Exercise input:
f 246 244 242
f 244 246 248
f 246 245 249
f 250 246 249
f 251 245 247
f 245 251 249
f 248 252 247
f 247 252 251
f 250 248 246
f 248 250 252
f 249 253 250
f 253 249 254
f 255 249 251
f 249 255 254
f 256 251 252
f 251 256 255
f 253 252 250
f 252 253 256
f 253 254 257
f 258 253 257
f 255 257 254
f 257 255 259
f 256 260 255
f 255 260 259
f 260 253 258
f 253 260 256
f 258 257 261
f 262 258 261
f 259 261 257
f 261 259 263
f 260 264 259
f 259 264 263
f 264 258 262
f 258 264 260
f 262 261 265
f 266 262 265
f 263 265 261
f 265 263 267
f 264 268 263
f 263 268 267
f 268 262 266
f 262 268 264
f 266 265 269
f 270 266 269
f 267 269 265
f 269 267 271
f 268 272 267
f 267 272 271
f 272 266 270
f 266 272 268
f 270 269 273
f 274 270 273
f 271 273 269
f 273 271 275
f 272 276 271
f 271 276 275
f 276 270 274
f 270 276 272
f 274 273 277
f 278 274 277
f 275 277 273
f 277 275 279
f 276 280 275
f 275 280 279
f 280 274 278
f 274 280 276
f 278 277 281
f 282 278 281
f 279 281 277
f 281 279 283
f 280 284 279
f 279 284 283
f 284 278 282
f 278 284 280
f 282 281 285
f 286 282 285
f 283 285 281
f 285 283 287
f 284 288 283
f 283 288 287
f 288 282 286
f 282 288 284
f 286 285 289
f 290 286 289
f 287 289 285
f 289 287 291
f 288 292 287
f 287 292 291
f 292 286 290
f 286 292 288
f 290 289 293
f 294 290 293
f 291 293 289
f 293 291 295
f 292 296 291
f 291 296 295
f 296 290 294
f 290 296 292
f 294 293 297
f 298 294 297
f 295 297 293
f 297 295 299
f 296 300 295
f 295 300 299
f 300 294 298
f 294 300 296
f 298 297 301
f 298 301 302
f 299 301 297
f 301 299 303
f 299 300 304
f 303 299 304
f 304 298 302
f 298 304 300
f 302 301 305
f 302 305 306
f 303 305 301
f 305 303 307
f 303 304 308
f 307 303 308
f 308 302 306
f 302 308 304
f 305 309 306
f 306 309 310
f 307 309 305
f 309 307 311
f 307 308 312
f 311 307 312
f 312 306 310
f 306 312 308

What needs to be done: Look above for the line holding "f 278 277 281", then set down exactly that line and every line after it up to and including the line holding "f 304 298 302", with nothing else.

Exercise solution:
f 278 277 281
f 282 278 281
f 279 281 277
f 281 279 283
f 280 284 279
f 279 284 283
f 284 278 282
f 278 284 280
f 282 281 285
f 286 282 285
f 283 285 281
f 285 283 287
f 284 288 283
f 283 288 287
f 288 282 286
f 282 288 284
f 286 285 289
f 290 286 289
f 287 289 285
f 289 287 291
f 288 292 287
f 287 292 291
f 292 286 290
f 286 292 288
f 290 289 293
f 294 290 293
f 291 293 289
f 293 291 295
f 292 296 291
f 291 296 295
f 296 290 294
f 290 296 292
f 294 293 297
f 298 294 297
f 295 297 293
f 297 295 299
f 296 300 295
f 295 300 299
f 300 294 298
f 294 300 296
f 298 297 301
f 298 301 302
f 299 301 297
f 301 299 303
f 299 300 304
f 303 299 304
f 304 298 302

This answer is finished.